As with every year, the weeks before the cruise are filled with boat projects that really should have been done in February. Some day that will happen.
Last year, one of the 11th hour projects was to replace the fridge compressor and evaporator and install a cool little gizmo that goes by the name Stainless Lobster. Don't ask me about the name...the only thing I can figure is that it is meant to stick in your head like an earworm when someone mentions it to you. It is a microcontroller that takes over the fridge's thermostat and compressor duty cycle. One of my favorite features is the fine control it gives you over boosting the compressor, both in terms of how hard it is worked and how long, to put some cold in the bank when the alternator or battery charger are engaged and you have amps to burn. It also lets you program a recurring defrost cycle where it shuts the compressor off and runs a fan over the evaporator. Less frost means higher efficiency.

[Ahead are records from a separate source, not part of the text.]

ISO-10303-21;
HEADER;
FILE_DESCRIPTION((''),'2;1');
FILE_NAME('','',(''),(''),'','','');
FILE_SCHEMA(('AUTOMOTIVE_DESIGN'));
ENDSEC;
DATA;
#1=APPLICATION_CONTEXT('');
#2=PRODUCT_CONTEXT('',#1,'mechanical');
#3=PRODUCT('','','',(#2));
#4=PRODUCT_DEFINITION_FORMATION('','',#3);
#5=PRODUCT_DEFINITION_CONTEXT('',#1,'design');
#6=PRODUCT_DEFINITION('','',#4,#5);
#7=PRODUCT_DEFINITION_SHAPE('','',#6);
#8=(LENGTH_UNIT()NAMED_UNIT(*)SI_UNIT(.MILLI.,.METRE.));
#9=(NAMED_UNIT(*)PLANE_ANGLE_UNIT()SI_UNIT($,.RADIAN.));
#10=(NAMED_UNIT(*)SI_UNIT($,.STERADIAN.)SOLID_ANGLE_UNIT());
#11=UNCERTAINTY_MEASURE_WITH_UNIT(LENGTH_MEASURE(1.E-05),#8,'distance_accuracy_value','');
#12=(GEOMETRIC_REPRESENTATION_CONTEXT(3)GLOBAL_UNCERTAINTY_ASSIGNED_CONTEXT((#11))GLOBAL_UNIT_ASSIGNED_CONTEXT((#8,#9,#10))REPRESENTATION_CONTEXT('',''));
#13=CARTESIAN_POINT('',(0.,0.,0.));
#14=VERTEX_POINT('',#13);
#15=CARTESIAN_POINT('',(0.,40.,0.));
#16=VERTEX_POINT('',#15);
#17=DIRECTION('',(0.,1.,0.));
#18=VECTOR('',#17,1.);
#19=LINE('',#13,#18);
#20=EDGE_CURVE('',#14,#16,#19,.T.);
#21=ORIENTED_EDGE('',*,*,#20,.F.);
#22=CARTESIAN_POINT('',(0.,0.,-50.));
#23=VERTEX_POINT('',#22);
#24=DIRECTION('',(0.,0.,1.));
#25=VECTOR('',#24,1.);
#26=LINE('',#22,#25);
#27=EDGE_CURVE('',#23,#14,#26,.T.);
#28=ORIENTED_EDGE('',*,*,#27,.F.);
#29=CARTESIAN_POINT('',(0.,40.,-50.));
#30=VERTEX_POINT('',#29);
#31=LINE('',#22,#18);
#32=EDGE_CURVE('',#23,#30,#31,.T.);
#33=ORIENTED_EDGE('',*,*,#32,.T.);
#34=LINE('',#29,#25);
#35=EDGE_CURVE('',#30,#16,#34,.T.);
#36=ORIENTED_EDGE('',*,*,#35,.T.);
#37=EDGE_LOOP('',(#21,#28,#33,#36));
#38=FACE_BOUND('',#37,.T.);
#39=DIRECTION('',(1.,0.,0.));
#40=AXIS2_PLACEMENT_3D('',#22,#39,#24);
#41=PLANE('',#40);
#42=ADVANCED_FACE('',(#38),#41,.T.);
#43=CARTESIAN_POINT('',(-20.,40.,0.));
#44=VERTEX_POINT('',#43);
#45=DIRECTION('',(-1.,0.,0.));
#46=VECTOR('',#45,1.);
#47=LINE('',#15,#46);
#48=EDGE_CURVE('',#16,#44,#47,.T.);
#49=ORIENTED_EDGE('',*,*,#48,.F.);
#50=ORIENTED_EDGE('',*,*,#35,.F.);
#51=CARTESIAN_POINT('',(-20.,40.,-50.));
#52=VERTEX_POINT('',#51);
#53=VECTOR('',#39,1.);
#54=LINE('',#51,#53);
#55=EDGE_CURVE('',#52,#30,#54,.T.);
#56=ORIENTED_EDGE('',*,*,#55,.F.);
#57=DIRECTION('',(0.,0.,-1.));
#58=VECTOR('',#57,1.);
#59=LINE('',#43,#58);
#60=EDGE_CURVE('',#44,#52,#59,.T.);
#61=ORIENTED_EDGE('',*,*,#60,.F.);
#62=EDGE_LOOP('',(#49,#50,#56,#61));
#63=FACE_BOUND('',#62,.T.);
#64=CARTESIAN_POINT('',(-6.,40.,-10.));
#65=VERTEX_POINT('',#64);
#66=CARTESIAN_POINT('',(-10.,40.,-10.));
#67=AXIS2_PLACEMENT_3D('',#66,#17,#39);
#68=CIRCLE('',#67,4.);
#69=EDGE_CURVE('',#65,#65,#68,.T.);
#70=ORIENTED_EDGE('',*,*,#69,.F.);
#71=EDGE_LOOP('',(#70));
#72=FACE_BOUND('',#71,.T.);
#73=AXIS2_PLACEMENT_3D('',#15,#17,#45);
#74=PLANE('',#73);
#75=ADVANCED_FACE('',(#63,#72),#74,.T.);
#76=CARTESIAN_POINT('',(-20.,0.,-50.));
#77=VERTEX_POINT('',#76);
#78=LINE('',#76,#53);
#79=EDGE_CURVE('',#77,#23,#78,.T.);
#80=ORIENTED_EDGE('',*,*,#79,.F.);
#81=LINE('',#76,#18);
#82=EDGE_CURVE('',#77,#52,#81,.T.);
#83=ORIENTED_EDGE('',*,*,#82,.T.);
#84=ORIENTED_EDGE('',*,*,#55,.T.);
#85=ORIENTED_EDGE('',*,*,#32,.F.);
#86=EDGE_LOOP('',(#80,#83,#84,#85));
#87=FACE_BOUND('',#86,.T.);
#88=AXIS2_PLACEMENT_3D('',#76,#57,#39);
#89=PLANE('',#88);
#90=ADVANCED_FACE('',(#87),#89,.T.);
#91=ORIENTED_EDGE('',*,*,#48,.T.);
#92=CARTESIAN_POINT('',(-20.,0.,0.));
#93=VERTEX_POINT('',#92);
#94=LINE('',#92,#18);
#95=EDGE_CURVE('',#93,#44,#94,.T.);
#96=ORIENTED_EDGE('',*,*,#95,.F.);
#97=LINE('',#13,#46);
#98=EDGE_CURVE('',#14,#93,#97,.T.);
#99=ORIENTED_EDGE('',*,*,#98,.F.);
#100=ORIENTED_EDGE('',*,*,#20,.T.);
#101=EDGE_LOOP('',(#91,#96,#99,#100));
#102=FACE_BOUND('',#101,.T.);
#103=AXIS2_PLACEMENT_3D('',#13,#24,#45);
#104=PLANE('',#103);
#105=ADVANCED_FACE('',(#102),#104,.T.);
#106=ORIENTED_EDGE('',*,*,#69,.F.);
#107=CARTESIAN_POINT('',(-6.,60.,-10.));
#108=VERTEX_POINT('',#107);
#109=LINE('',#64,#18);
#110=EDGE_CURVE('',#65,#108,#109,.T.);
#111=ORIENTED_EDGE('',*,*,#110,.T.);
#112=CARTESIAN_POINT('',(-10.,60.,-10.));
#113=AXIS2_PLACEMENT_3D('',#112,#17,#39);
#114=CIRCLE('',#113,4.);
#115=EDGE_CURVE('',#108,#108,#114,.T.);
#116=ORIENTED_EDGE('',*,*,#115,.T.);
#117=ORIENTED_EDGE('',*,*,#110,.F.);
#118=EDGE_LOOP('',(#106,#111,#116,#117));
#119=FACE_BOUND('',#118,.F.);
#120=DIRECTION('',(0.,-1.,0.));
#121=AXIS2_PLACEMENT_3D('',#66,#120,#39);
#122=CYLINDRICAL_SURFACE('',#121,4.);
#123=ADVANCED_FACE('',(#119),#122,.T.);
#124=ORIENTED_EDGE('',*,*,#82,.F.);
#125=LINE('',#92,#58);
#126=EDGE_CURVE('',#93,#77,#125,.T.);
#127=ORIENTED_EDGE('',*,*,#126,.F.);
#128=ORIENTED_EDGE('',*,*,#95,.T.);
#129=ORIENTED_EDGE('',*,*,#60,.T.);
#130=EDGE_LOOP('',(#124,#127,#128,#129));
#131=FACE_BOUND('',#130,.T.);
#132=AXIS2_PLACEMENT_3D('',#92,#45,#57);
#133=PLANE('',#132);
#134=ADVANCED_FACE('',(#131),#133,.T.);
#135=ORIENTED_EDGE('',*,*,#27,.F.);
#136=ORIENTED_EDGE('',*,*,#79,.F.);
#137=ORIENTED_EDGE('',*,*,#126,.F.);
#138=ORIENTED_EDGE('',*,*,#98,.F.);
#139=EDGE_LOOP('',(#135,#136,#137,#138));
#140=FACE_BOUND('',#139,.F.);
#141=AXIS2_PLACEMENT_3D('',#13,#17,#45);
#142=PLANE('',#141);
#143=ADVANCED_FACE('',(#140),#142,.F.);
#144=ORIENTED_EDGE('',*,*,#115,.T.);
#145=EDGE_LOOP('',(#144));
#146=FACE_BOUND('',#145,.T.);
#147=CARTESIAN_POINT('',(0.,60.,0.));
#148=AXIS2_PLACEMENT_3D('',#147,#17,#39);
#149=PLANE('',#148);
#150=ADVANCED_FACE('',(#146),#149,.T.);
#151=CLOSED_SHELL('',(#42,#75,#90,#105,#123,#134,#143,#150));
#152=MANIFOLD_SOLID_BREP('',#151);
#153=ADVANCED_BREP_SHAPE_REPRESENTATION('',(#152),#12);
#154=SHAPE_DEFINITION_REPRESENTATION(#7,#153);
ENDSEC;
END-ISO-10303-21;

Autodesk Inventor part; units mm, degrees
ref_plane "YZ Plane" through (0, 0, 0) normal (1, 0, 0) x (0, 1, 0)
ref_plane "XZ Plane" through (0, 0, 0) normal (0, 1, 0) x (-1, 0, 0)
ref_plane "XY Plane" through (0, 0, 0) normal (0, 0, 1) x (1, 0, 0)
sketch "Sketch1" plane through (0, 0, 0) normal (0, 1, 0) x (-1, 0, 0)
  line L0 (0, 0) -> (20, 0)
  line L1 (20, 0) -> (20, -50)
  line L2 (20, -50) -> (0, -50)
  line L3 (0, -50) -> (0, 0)
  dimension "d0" = 20
  dimension "d1" = 50
extrude "Extrusion1" add sketch "Sketch1" along normal blind 40
sketch "Sketch2" plane through (0, 40, 0) normal (0, 1, 0) x (1, 0, 0)
  line L0 (-20, 0) -> (0, 0) projected
  circle A0 centre (-10, 10) radius 4
  dimension "d5" = 8
extrude "Extrusion2" add sketch "Sketch2" along normal blind 20
properties part number "Rocker Shaft"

The Stainless Lobster is pretty cool and I am definitely a fan. But given that I slapped it into the boat the week before we left on the cruise last year, the installation was a little half-assed in some respects. Most notably the mounting of the fan and temperature/humidty sensor inside the fridge. It needs to blow onto the evaporator, but it should not be inside the evaporator. You want it where it will sense the temperature for the fridge portion of the fridge, not the frozen section inside the evaporator. My half-assed solution was to toss some zip-ties around it and screw it to the wall. It worked, kind of, but it definitely left this not-terribly-skookum whirring fan assembly swinging in the wind right where fridge contents tend to whack it. It seemed like a recipe for disaster to leave it like that, and resulted in recurring admonitions to all crew to "DON'T TOUCH THE FAN" when managing fridge contents (hence the title of this post, with apologies to MC Hammer).
I puzzled over a couple of ideas. I got about 60% of the way through an over-engineered bracket made of about 4 pieces of aluminimum stock, requiring tapping holes for screws to hold it together. I think I was a little too enamored of my recently acquired skill of drilling and tapping. Ultimately I rejected it as I worried about the aluminum acting as a heat (cold) sink and throwing the temperature sensor off. And then I had a better idea.
Rather than screwing things to the inner wall of the fridge, which is never a great idea really as it compromises the insulation even more than it already is, I could make some brackets to hang on the lip of the evaporator and use threaded rod and nuts to make a tight friction fit to hold the fan assembly in place. Fortunately I have a large stock of random plastic sheet goods scraps from Boeing Surplus, inherited from retired Boeing engineer George Trusk. I sandwiched the fan assembly between two pieces of plastic using stainless threaded rod and nuts to hold it together. I added two threaded rods just to act as guards against mayhem on the outer exposed face of the fan.
An advantage of this design is that it can be moved when it is in the way, and it can be placed on either of two sides of the evaporator.